Cycloidal Gearbox
Use Desmos in order to create and refine the parameters for your gears. C is the radius of the pins inside of which the cycloidal gears will rotate. R is the radius of the pins. N is the number of pins. The gear reduction of the cycloidal drive will be equal to 1/(N-1). E is the eccentricity of the driveshaft, basically how many units off-center the cycloidal gears are. This setting is useful for fine-tuning the cycloidal equation.
If the settings are correct, the line should be smooth with no visual sharp edges and especially no discontinuities.
Once you have the four input variables, use the following matlab code to procure the parametric equations required for SolidWorks input.
function cycloidal(C,R,N,E)
% Function to generate the outer cycloidal pattern with C= outer radius of
% static pins, R= radius of pins, N= number of pins (gear ratio), E
% eccentricity of shaft
yfn = strcat('X=(%.2f*cos(t))-(%.2f*cos(t+arctan(sin((1-%.2f)*t)',...
'/((%.2f/(%.2f*%.2f))-cos((1-%.2f)*t)))))-(%.2f*cos(%.2f*t)) \n');
xfn = strcat('Y=(-%.2f*sin(t))+(%.2f*sin(t+arctan(sin((1-%.2f)*t)',...
'/((%.2f/(%.2f*%.2f))-cos((1-%.2f)*t)))))+(%.2f*sin(%.2f*t)) \n');
yeqn = fprintf(yfn,C,R,N,C,E,N,N,E,N);
xeqn = fprintf(xfn,C,R,N,C,E,N,N,E,N);
In matlab, assign the variables C, R, N, and E to their corresponding values from Desmos.

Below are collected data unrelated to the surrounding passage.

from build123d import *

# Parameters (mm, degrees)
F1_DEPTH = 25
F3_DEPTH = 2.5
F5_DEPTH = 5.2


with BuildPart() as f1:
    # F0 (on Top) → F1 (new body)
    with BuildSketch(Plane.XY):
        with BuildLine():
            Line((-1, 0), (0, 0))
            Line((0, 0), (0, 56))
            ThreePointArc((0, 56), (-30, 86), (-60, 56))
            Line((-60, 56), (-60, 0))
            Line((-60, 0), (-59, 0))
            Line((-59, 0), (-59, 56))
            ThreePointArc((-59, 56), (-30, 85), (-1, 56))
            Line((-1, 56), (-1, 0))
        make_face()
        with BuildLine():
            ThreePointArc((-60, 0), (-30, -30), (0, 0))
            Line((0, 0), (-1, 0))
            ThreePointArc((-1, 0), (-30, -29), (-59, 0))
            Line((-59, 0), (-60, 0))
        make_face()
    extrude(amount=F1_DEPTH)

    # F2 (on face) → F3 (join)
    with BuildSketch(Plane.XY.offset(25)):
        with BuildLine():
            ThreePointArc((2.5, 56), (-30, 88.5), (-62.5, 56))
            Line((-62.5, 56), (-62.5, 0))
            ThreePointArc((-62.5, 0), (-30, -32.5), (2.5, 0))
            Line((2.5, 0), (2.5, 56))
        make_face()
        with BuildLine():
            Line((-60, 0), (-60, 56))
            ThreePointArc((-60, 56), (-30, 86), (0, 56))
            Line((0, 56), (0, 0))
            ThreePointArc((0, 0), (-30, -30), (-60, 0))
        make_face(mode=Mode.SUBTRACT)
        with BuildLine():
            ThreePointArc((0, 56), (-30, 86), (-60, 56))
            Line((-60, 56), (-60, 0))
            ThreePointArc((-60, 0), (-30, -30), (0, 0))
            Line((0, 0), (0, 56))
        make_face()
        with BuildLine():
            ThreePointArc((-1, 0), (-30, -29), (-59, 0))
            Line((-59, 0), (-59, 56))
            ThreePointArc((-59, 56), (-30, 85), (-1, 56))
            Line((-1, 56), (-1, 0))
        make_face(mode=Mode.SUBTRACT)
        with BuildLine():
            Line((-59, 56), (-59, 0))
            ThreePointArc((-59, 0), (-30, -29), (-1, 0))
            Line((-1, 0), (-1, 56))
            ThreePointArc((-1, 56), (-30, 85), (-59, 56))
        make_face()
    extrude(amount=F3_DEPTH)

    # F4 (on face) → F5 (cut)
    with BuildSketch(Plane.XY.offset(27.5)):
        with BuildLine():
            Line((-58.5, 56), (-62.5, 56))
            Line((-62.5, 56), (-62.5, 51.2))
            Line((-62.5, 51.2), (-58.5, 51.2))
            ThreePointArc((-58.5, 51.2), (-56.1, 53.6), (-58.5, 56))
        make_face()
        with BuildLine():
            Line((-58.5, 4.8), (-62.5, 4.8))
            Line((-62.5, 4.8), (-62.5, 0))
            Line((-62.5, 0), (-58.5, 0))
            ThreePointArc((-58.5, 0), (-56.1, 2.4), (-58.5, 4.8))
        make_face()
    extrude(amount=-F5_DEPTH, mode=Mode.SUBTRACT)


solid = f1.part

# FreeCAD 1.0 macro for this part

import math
import FreeCAD as App
import Part
import Sketcher

V = App.Vector
Q = App.Units.Quantity

doc = App.newDocument("Part")
body = doc.addObject("PartDesign::Body", "Body")

# Sketch on XY plane
sketch1 = body.newObject("Sketcher::SketchObject", "Sketch")
sketch1.AttachmentSupport = (doc.getObject("XY_Plane"), [""])
sketch1.MapMode = "FlatFace"
sketch1.addGeometry(Part.LineSegment(V(0, 0, 0), V(0, 56, 0)), False)
sketch1.addGeometry(Part.ArcOfCircle(Part.Circle(V(-30, 56, 0), V(0, 0, 1), 30), math.radians(0), math.radians(180)), False)
sketch1.addGeometry(Part.LineSegment(V(-60, 56, 0), V(-60, 0, 0)), False)
sketch1.addGeometry(Part.ArcOfCircle(Part.Circle(V(-30, 0, 0), V(0, 0, 1), 30), math.radians(180), math.radians(360)), False)
sketch1.addGeometry(Part.LineSegment(V(-59, 0, 0), V(-59, 56, 0)), False)
sketch1.addGeometry(Part.ArcOfCircle(Part.Circle(V(-30, 56, 0), V(0, 0, 1), 29), math.radians(0), math.radians(180)), False)
sketch1.addGeometry(Part.LineSegment(V(-1, 56, 0), V(-1, 0, 0)), False)
sketch1.addGeometry(Part.ArcOfCircle(Part.Circle(V(-30, 0, 0), V(0, 0, 1), 29), math.radians(180), math.radians(360)), False)
sketch1.addConstraint(Sketcher.Constraint("Tangent", 0, 2, 1, 1))
sketch1.addConstraint(Sketcher.Constraint("Tangent", 1, 2, 2, 1))
sketch1.addConstraint(Sketcher.Constraint("Tangent", 2, 2, 3, 1))
sketch1.addConstraint(Sketcher.Constraint("Tangent", 3, 2, 0, 1))
sketch1.addConstraint(Sketcher.Constraint("Tangent", 4, 2, 5, 2))
sketch1.addConstraint(Sketcher.Constraint("Tangent", 5, 1, 6, 1))
sketch1.addConstraint(Sketcher.Constraint("Tangent", 6, 2, 7, 2))
sketch1.addConstraint(Sketcher.Constraint("Tangent", 7, 1, 4, 1))
sketch1.addConstraint(Sketcher.Constraint("Vertical", 0))
sketch1.addConstraint(Sketcher.Constraint("Vertical", 2))
sketch1.addConstraint(Sketcher.Constraint("Vertical", 4))
sketch1.addConstraint(Sketcher.Constraint("Vertical", 6))
sketch1.addConstraint(Sketcher.Constraint("Coincident", 3, 2, -1, 1))
sketch1.addConstraint(Sketcher.Constraint("Coincident", 5, 3, 1, 3))
sketch1.addConstraint(Sketcher.Constraint("PointOnObject", 7, 3, -1))
sketch1.addConstraint(Sketcher.Constraint("Radius", 1, Q("30 mm")))
sketch1.addConstraint(Sketcher.Constraint("Radius", 5, Q("29 mm")))
sketch1.addConstraint(Sketcher.Constraint("DistanceY", 0, 1, 0, 2, Q("56 mm")))
pad1 = body.newObject("PartDesign::Pad", "Pad")
pad1.Profile = sketch1
pad1.Length = 25

# Sketch on XY plane
sketch2 = body.newObject("Sketcher::SketchObject", "Sketch001")
sketch2.AttachmentSupport = (doc.getObject("XY_Plane"), [""])
sketch2.MapMode = "FlatFace"
sketch2.AttachmentOffset = App.Placement(V(0, 0, 25), App.Rotation())
sketch2.addGeometry(Part.ArcOfCircle(Part.Circle(V(-30, 56, 0), V(0, 0, 1), 32), math.radians(0), math.radians(180)), False)
sketch2.addGeometry(Part.LineSegment(V(-62, 56, 0), V(-62, 0, 0)), False)
sketch2.addGeometry(Part.ArcOfCircle(Part.Circle(V(-30, 0, 0), V(0, 0, 1), 32), math.radians(180), math.radians(360)), False)
sketch2.addGeometry(Part.LineSegment(V(2, 0, 0), V(2, 56, 0)), False)
sketch2.addConstraint(Sketcher.Constraint("Tangent", 0, 2, 1, 1))
sketch2.addConstraint(Sketcher.Constraint("Tangent", 1, 2, 2, 1))
sketch2.addConstraint(Sketcher.Constraint("Tangent", 2, 2, 3, 1))
sketch2.addConstraint(Sketcher.Constraint("Tangent", 3, 2, 0, 1))
sketch2.addConstraint(Sketcher.Constraint("Vertical", 1))
sketch2.addConstraint(Sketcher.Constraint("Vertical", 3))
sketch2.addConstraint(Sketcher.Constraint("PointOnObject", 2, 3, -1))
sketch2.addConstraint(Sketcher.Constraint("Radius", 0, Q("32.5 mm")))
sketch2.addConstraint(Sketcher.Constraint("DistanceY", 1, 2, 1, 1, Q("56 mm")))
sketch2.addConstraint(Sketcher.Constraint("DistanceX", 0, 3, -1, 1, Q("30 mm")))
pad2 = body.newObject("PartDesign::Pad", "Pad001")
pad2.Profile = sketch2
pad2.Length = 2.5

# Sketch on XY plane
sketch3 = body.newObject("Sketcher::SketchObject", "Sketch002")
sketch3.AttachmentSupport = (doc.getObject("XY_Plane"), [""])
sketch3.MapMode = "FlatFace"
sketch3.AttachmentOffset = App.Placement(V(0, 0, 27.5), App.Rotation())
sketch3.addGeometry(Part.LineSegment(V(-58.5, 56, 0), V(-62.5, 56, 0)), False)
sketch3.addGeometry(Part.LineSegment(V(-62.5, 56, 0), V(-62.5, 51.2, 0)), False)
sketch3.addGeometry(Part.LineSegment(V(-62.5, 51.2, 0), V(-58.5, 51.2, 0)), False)
sketch3.addGeometry(Part.ArcOfCircle(Part.Circle(V(-58.5, 53.6, 0), V(0, 0, 1), 2.4), math.radians(-90), math.radians(90)), False)
sketch3.addGeometry(Part.LineSegment(V(-58.5, 4.8, 0), V(-62.5, 4.8, 0)), False)
sketch3.addGeometry(Part.LineSegment(V(-62.5, 4.8, 0), V(-62.5, 0, 0)), False)
sketch3.addGeometry(Part.LineSegment(V(-62.5, 0, 0), V(-58.5, 0, 0)), False)
sketch3.addGeometry(Part.ArcOfCircle(Part.Circle(V(-58.5, 2.4, 0), V(0, 0, 1), 2.4), math.radians(-90), math.radians(90)), False)
sketch3.addConstraint(Sketcher.Constraint("Coincident", 0, 2, 1, 1))
sketch3.addConstraint(Sketcher.Constraint("Coincident", 1, 2, 2, 1))
sketch3.addConstraint(Sketcher.Constraint("Tangent", 2, 2, 3, 1))
sketch3.addConstraint(Sketcher.Constraint("Tangent", 3, 2, 0, 1))
sketch3.addConstraint(Sketcher.Constraint("Coincident", 4, 2, 5, 1))
sketch3.addConstraint(Sketcher.Constraint("Coincident", 5, 2, 6, 1))
sketch3.addConstraint(Sketcher.Constraint("Tangent", 6, 2, 7, 1))
sketch3.addConstraint(Sketcher.Constraint("Tangent", 7, 2, 4, 1))
sketch3.addConstraint(Sketcher.Constraint("Horizontal", 0))
sketch3.addConstraint(Sketcher.Constraint("Vertical", 1))
sketch3.addConstraint(Sketcher.Constraint("Horizontal", 2))
sketch3.addConstraint(Sketcher.Constraint("Horizontal", 4))
sketch3.addConstraint(Sketcher.Constraint("Vertical", 5))
sketch3.addConstraint(Sketcher.Constraint("Horizontal", 6))
sketch3.addConstraint(Sketcher.Constraint("Equal", 3, 7))
sketch3.addConstraint(Sketcher.Constraint("PointOnObject", 5, 2, -1))
sketch3.addConstraint(Sketcher.Constraint("Vertical", 3, 3, 7, 3))
sketch3.addConstraint(Sketcher.Constraint("Vertical", 1, 2, 4, 2))
sketch3.addConstraint(Sketcher.Constraint("Radius", 3, Q("2.4 mm")))
sketch3.addConstraint(Sketcher.Constraint("DistanceX", 0, 2, 0, 1, Q("4 mm")))
sketch3.addConstraint(Sketcher.Constraint("DistanceY", -1, 1, 0, 2, Q("56 mm")))
sketch3.addConstraint(Sketcher.Constraint("DistanceX", 3, 3, -1, 1, Q("58.5 mm")))
pocket1 = body.newObject("PartDesign::Pocket", "Pocket")
pocket1.Profile = sketch3
pocket1.Length = 5.2

doc.recompute()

Then, run cycloidal(C,R,N,E); in matlab.
This will print two equations, which you will use later in the equation driven curve in SolidWorks.
In SolidWorks, create a new sketch on the top plane. Insert an equation driven curve,
In the pop-up box, select parametric curve
Make sure to leave Matlab open, as you will need to copy-paste each equation twice. In the pop-up box for equation driven curve, input your x and y equations and select a t of 0 to pi. Repeat this process selecting a t of 0 to pi. No, you can not select a t of pi to 2*pi. No, I do not know why.

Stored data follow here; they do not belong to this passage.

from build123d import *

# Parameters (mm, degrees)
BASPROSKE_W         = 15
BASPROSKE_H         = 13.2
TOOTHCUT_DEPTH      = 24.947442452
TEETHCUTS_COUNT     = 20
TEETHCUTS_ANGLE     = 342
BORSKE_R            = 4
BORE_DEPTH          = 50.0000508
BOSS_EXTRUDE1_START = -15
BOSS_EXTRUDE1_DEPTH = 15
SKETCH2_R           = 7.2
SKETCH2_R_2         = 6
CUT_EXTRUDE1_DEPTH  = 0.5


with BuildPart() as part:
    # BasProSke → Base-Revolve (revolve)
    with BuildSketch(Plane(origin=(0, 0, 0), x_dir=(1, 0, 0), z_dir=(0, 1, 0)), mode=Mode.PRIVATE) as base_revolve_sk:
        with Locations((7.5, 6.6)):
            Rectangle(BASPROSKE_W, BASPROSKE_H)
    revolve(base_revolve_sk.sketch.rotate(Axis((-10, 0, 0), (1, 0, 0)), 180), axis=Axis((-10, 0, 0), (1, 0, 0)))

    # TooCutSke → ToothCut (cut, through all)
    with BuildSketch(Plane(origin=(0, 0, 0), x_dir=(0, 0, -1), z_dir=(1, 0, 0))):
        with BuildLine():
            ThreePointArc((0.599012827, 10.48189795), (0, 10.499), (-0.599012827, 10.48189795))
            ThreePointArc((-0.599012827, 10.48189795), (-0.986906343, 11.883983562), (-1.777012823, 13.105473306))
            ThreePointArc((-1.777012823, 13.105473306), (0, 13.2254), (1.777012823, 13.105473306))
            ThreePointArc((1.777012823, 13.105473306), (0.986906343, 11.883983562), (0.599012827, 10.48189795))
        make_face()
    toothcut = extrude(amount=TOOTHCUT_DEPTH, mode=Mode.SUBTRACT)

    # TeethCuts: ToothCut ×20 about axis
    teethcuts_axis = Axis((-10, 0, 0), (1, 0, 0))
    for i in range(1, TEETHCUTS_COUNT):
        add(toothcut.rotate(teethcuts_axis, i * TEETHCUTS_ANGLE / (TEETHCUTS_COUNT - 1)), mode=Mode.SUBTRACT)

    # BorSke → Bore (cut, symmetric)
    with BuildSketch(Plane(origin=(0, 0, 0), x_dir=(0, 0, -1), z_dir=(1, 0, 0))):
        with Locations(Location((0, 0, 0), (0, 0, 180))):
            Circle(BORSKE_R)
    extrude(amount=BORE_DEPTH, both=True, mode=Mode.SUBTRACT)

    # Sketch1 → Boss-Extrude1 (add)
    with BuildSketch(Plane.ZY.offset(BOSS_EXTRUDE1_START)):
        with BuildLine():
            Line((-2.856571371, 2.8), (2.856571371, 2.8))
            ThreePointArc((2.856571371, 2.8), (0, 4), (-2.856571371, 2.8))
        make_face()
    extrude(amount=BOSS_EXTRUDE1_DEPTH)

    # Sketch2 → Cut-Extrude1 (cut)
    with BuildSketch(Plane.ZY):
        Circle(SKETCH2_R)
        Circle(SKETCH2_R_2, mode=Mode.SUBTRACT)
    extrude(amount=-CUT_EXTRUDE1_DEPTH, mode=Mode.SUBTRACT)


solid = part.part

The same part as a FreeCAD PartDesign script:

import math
import FreeCAD as App
import Part
import Sketcher
from FreeCAD import Vector


def add_polygon(sketch, points):
    """Adds a closed chain of lines whose ends are joined by coincident constraints."""
    first, n = sketch.GeometryCount, len(points)
    for a, b in zip(points, points[1:] + points[:1]):
        sketch.addGeometry(Part.LineSegment(App.Vector(*a, 0), App.Vector(*b, 0)), False)
    for i in range(n):
        sketch.addConstraint(Sketcher.Constraint("Coincident", first + i, 2, first + (i + 1) % n, 1))

doc = App.newDocument("Part")
body = doc.addObject("PartDesign::Body", "Body")

# Sketch on XZ plane
sketch1 = body.newObject("Sketcher::SketchObject", "Sketch")
sketch1.AttachmentSupport = (doc.getObject("XZ_Plane"), [""])
sketch1.MapMode = "FlatFace"
add_polygon(sketch1, [(0, -13), (0, 0), (15, 0), (15, -13)])  # lines 0-3
sketch1.addConstraint([
    Sketcher.Constraint("Vertical", 0),
    Sketcher.Constraint("Horizontal", 1),
    Sketcher.Constraint("Vertical", 2),
    Sketcher.Constraint("Horizontal", 3),
    Sketcher.Constraint("Coincident", 0, 2, -1, 1),
    Sketcher.Constraint("DistanceX", 1, 1, 1, 2, 15.0),
    Sketcher.Constraint("DistanceY", 0, 1, 0, 2, 13.2),
])
revolution = body.newObject("PartDesign::Revolution", "Revolution")
revolution.Profile = sketch1
revolution.ReferenceAxis = (sketch1, ["H_Axis"])
revolution.Angle = 360

# Sketch on YZ plane
sketch2 = body.newObject("Sketcher::SketchObject", "Sketch001")
sketch2.AttachmentSupport = (doc.getObject("YZ_Plane"), [""])
sketch2.MapMode = "FlatFace"
sketch2.addGeometry([
    Part.ArcOfCircle(Part.Circle(Vector(0, 0, 0), Vector(0, 0, 1), 10.5), math.radians(-3.27), math.radians(3.27)),
    Part.ArcOfCircle(Part.Circle(Vector(9.9, -5.4, 0), Vector(0, 0, 1), 4.8), math.radians(48), math.radians(83)),
    Part.ArcOfCircle(Part.Circle(Vector(0, 0, 0), Vector(0, 0, 1), 13.2), math.radians(-7.72), math.radians(7.72)),
    Part.ArcOfCircle(Part.Circle(Vector(9.9, 5.4, 0), Vector(0, 0, 1), 4.8), math.radians(-83), math.radians(-48)),
], False)
sketch2.addConstraint([
    Sketcher.Constraint("Coincident", 0, 1, 1, 2),
    Sketcher.Constraint("Coincident", 1, 1, 2, 1),
    Sketcher.Constraint("Coincident", 2, 2, 3, 2),
    Sketcher.Constraint("Coincident", 3, 1, 0, 2),
    Sketcher.Constraint("Coincident", 0, 3, -1, 1),
    Sketcher.Constraint("Coincident", 2, 3, -1, 1),
    Sketcher.Constraint("Equal", 1, 3),
    Sketcher.Constraint("Symmetric", 1, 3, 3, 3, -1),
    Sketcher.Constraint("Radius", 1, 4.8),
    Sketcher.Constraint("Radius", 0, 10.499),
    Sketcher.Constraint("Radius", 2, 13.2254),
    Sketcher.Constraint("DistanceY", 1, 1, 0, 1, 1.178),
    Sketcher.Constraint("DistanceY", 0, 1, 3, 3, 5.96477),
])
pocket1 = body.newObject("PartDesign::Pocket", "Pocket")
pocket1.Profile = sketch2
pocket1.Type = "ThroughAll"
pocket1.Reversed = True
doc.recompute()

polarpattern = body.newObject("PartDesign::PolarPattern", "PolarPattern")
polarpattern.Originals = [pocket1]
polarpattern.Axis = (doc.getObject("X_Axis"), [""])
polarpattern.Angle = 360
polarpattern.Occurrences = 20
body.Tip = polarpattern

# Sketch on YZ plane
sketch3 = body.newObject("Sketcher::SketchObject", "Sketch002")
sketch3.AttachmentSupport = (doc.getObject("YZ_Plane"), [""])
sketch3.MapMode = "FlatFace"
sketch3.addGeometry(Part.Circle(Vector(0, 0, 0), Vector(0, 0, 1), 4), False)
sketch3.addConstraint([
    Sketcher.Constraint("Coincident", 0, 3, -1, 1),
    Sketcher.Constraint("Diameter", 0, 8.0),
])
pocket2 = body.newObject("PartDesign::Pocket", "Pocket001")
pocket2.Profile = sketch3
pocket2.Length = 100.000102
pocket2.Midplane = True

# Sketch on YZ plane
sketch4 = body.newObject("Sketcher::SketchObject", "Sketch003")
sketch4.AttachmentSupport = (doc.getObject("YZ_Plane"), [""])
sketch4.MapMode = "FlatFace"
sketch4.AttachmentOffset = App.Placement(Vector(0, 0, 15), App.Rotation())
sketch4.addGeometry([
    Part.LineSegment(Vector(2.8, -2.9, 0), Vector(2.8, 2.9, 0)),
    Part.ArcOfCircle(Part.Circle(Vector(0, 0, 0), Vector(0, 0, 1), 4), math.radians(-46), math.radians(46)),
], False)
sketch4.addConstraint([
    Sketcher.Constraint("Coincident", 0, 1, 1, 1),
    Sketcher.Constraint("Coincident", 1, 2, 0, 2),
    Sketcher.Constraint("Vertical", 0),
    Sketcher.Constraint("Coincident", 1, 3, -1, 1),
    Sketcher.Constraint("Radius", 1, 4.0),
    Sketcher.Constraint("DistanceX", -1, 1, 0, 1, 2.8),
])
pad1 = body.newObject("PartDesign::Pad", "Pad")
pad1.Profile = sketch4
pad1.Length = 15
pad1.Reversed = True

# Sketch on YZ plane
sketch5 = body.newObject("Sketcher::SketchObject", "Sketch004")
sketch5.AttachmentSupport = (doc.getObject("YZ_Plane"), [""])
sketch5.MapMode = "FlatFace"
sketch5.addGeometry([
    Part.Circle(Vector(0, 0, 0), Vector(0, 0, 1), 7),
    Part.Circle(Vector(0, 0, 0), Vector(0, 0, 1), 6),
], False)
sketch5.addConstraint([
    Sketcher.Constraint("Coincident", 0, 3, -1, 1),
    Sketcher.Constraint("Coincident", 1, 3, -1, 1),
    Sketcher.Constraint("Diameter", 1, 12.0),
    Sketcher.Constraint("Diameter", 0, 14.4),
])
pocket3 = body.newObject("PartDesign::Pocket", "Pocket002")
pocket3.Profile = sketch5
pocket3.Length = 0.5
pocket3.Reversed = True

doc.recompute()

Once you have the drawing of the cycloidal gear, you want to create the part. The first step is to create holes in the part for the output shaft. In the sketch, draw a centerline from the origin (which will be at the center of mass of the cycloid) outward in any direction, ending where the center of your output hole will be. Then, click the arrow next to “Linear Sketch Pattern” and select “Circular Sketch Pattern.” The circle should then automatically loop around the origin, and anywhere between 4 and 6 output holes should be sufficient. After this, create a single hole in the center of the cycloid, which will function as an input hole. This will need to be the same size as the exterior diameter of the bearing used on the input shaft. With that, all holes in the gear are done. It should be at least 5mm thick.
The next part to make is the gearbox housing, inside of which the cycloids will rotate. This will first require the base, which needs to be large enough to house the pins as well as a wall or support structure for the gearbox. In the example piece I’m creating, the base will need to be at least 35mm in radius, and should be about 5mm thick. In the center of the base, draw a circle which will be the size of the exterior diameter of the bearing which you use to hold the driveshaft in place. Extrude the base, which should be at least 5mm thick.
Next will be the pin circle. From the drawing of your base, create a centerline from the center of the circle outward. The length of this line must be the radius of your pin circle, which is the C value from Desmos. On the end of this line, draw a circle of radius R, which is also from Desmos. Similarly to the output holes, create a circular sketch pattern from this, surrounding the origin. The number of occurances in this pattern should be equal to N, the variable from Desmos, which is one more than the number of teeth in the cycloidal gear. Since the gearbox should have two gears to minimize vibration, make the pins twice the length of the gear thickness.